#### [DATA SUPPLIED]
━━━━━━━━━━

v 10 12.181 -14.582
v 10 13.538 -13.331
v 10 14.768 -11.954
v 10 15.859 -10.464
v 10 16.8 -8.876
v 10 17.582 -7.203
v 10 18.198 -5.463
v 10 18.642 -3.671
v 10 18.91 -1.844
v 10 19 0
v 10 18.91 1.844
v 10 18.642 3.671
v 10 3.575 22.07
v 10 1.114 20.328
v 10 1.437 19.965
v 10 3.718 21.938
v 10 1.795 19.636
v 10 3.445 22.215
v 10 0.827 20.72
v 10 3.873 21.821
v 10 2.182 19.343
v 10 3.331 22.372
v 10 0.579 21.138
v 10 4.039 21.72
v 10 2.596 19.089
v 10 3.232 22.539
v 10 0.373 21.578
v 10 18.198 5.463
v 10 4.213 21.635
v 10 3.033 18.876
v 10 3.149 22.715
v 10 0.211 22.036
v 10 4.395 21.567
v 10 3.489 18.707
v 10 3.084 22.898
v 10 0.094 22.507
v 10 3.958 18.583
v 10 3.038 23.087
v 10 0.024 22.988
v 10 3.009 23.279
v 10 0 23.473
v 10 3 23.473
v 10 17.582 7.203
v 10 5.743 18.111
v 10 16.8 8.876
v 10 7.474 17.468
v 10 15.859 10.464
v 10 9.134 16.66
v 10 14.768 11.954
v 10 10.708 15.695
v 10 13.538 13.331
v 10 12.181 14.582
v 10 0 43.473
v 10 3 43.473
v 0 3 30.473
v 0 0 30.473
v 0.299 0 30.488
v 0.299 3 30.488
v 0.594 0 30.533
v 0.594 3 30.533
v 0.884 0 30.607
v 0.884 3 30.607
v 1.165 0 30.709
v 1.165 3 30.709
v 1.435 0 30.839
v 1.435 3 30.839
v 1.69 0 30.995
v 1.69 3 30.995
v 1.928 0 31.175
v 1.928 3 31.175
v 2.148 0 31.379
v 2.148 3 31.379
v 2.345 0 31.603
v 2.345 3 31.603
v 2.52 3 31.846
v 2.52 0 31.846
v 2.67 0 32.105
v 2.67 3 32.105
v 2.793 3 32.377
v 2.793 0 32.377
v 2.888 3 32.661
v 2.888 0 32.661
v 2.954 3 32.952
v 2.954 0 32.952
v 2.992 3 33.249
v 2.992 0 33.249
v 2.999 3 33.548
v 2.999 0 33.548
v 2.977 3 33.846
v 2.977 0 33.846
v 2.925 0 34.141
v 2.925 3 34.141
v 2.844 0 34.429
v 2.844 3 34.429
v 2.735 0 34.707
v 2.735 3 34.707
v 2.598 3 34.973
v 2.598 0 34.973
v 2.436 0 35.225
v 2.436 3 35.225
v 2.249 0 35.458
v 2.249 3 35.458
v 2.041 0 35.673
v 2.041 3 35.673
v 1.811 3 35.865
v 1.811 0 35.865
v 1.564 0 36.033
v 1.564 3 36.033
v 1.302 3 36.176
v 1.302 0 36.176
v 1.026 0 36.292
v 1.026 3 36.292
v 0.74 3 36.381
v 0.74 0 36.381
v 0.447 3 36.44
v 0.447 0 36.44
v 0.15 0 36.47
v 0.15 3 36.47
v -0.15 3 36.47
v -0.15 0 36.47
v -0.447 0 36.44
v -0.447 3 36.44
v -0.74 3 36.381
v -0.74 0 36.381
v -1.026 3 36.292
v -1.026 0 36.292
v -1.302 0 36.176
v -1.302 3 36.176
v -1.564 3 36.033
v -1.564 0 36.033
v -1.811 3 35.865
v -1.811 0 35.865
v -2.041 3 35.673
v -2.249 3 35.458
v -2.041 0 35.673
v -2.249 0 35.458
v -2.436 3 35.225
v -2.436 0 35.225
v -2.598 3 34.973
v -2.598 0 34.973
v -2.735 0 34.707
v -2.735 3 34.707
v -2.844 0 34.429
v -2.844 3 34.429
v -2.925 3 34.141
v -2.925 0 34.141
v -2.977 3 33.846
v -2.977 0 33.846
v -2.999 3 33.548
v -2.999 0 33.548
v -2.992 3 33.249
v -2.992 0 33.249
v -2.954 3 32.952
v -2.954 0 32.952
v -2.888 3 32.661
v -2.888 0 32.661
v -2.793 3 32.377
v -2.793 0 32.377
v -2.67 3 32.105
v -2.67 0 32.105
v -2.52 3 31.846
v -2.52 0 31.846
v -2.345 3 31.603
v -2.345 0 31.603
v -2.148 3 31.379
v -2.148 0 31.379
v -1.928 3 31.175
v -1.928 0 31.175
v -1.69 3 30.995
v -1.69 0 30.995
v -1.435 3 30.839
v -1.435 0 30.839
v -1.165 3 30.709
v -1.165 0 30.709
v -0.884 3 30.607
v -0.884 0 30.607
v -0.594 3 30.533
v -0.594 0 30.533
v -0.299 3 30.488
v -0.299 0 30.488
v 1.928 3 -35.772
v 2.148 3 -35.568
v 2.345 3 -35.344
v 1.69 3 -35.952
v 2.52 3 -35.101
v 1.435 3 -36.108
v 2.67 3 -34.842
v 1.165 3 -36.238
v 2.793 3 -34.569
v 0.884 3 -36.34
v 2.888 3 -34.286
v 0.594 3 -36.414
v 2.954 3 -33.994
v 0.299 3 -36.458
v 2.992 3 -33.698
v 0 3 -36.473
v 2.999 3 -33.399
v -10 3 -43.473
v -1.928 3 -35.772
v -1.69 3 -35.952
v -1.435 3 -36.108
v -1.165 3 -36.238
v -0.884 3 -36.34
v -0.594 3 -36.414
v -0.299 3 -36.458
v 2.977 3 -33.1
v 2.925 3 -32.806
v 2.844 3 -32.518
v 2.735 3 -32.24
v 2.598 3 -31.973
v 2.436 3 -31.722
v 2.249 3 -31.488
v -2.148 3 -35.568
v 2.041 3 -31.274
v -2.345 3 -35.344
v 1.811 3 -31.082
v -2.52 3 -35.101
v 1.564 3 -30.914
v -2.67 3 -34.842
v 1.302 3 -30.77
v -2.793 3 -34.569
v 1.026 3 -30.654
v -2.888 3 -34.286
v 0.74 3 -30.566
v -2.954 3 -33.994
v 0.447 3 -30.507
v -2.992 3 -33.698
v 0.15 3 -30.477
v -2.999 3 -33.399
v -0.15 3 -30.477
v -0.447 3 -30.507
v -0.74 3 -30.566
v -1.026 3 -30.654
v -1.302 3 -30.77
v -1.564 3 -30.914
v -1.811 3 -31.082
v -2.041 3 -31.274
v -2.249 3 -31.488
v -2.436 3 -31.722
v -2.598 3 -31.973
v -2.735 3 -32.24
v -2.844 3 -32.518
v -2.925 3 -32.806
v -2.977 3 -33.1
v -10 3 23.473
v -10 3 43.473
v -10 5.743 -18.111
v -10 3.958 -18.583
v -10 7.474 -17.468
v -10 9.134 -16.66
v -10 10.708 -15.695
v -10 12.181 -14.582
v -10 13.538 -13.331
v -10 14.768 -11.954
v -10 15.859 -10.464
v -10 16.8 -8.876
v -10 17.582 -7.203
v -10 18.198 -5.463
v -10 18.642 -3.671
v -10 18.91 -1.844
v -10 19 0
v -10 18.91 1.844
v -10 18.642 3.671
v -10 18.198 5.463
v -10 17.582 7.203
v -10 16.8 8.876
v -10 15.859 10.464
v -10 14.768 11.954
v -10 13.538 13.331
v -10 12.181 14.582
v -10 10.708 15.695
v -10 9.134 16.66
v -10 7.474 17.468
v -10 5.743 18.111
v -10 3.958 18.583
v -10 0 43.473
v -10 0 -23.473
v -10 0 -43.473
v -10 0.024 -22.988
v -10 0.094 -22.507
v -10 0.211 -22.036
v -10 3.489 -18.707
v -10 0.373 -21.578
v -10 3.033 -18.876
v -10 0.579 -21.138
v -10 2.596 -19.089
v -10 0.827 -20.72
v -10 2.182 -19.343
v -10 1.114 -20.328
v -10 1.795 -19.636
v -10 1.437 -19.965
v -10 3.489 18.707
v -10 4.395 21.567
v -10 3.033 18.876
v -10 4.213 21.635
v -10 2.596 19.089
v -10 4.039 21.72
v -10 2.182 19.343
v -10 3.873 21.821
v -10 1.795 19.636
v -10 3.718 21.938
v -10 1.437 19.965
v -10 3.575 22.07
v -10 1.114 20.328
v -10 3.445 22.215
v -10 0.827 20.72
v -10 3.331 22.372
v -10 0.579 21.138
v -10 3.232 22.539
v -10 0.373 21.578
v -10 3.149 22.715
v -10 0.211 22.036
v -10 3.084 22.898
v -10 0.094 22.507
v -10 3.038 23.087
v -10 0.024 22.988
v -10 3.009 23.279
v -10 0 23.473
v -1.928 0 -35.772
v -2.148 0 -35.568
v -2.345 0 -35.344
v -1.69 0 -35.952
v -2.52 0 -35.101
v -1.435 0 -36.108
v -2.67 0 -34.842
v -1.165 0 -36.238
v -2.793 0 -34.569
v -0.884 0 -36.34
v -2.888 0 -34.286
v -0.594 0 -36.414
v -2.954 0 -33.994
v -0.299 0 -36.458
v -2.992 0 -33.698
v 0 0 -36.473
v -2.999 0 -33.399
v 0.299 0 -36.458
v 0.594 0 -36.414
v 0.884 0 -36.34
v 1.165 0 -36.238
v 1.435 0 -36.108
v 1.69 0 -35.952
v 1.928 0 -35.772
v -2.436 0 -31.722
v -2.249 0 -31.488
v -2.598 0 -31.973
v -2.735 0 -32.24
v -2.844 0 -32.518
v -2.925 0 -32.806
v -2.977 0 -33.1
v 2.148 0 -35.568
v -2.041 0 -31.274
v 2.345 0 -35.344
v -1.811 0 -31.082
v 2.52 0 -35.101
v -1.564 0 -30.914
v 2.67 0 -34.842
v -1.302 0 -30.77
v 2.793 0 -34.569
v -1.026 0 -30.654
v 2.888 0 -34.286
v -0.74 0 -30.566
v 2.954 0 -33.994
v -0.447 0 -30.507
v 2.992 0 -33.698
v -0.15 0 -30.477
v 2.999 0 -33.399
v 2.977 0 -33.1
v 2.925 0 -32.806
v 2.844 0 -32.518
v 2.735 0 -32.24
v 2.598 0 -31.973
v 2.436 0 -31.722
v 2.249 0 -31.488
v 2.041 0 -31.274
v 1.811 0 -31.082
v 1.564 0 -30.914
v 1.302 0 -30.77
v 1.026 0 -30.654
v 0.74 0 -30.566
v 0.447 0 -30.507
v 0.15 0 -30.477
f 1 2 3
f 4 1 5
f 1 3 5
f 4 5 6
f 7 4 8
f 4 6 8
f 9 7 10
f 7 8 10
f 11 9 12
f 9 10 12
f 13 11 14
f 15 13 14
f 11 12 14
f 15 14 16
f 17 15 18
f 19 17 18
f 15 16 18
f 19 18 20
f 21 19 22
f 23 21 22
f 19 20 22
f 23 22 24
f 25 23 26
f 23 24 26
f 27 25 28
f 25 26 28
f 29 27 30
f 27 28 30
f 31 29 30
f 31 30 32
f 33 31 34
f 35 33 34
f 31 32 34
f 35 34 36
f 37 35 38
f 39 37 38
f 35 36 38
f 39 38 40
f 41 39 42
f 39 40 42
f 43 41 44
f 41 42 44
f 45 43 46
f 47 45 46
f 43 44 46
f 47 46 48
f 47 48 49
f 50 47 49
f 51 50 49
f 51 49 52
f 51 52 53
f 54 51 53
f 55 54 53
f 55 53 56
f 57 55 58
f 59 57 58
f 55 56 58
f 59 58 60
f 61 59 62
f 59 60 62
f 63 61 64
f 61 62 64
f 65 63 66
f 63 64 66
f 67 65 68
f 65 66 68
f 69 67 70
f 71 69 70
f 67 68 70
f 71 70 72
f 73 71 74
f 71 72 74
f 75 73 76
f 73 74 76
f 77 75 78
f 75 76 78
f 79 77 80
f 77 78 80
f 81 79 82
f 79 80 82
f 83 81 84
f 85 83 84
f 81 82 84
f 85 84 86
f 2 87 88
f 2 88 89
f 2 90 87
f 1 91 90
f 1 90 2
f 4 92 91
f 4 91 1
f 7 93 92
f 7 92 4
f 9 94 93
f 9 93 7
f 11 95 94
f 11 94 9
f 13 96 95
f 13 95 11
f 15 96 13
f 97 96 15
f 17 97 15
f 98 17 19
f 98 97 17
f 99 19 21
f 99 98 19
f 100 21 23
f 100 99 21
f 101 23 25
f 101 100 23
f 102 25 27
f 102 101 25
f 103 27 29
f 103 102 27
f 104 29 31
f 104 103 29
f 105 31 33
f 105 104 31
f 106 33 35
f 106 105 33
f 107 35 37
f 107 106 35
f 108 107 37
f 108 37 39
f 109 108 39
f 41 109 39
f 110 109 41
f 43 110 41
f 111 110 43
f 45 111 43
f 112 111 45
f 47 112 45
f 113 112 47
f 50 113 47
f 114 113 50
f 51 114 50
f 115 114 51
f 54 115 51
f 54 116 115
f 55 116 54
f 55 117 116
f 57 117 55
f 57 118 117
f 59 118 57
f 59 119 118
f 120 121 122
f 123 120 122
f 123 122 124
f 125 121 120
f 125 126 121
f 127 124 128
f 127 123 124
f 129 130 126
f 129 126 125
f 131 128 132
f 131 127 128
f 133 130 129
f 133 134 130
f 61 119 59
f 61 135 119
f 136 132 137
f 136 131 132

━━━━━━━━━━

#### [ABOUT THIS TASK]
Extract exactly and only the lines above from the line containing "v -2.598 3 -31.973" through the line containing "v -10 17.582 -7.203", both end lines included.

#### [RESULT]
v -2.598 3 -31.973
v -2.735 3 -32.24
v -2.844 3 -32.518
v -2.925 3 -32.806
v -2.977 3 -33.1
v -10 3 23.473
v -10 3 43.473
v -10 5.743 -18.111
v -10 3.958 -18.583
v -10 7.474 -17.468
v -10 9.134 -16.66
v -10 10.708 -15.695
v -10 12.181 -14.582
v -10 13.538 -13.331
v -10 14.768 -11.954
v -10 15.859 -10.464
v -10 16.8 -8.876
v -10 17.582 -7.203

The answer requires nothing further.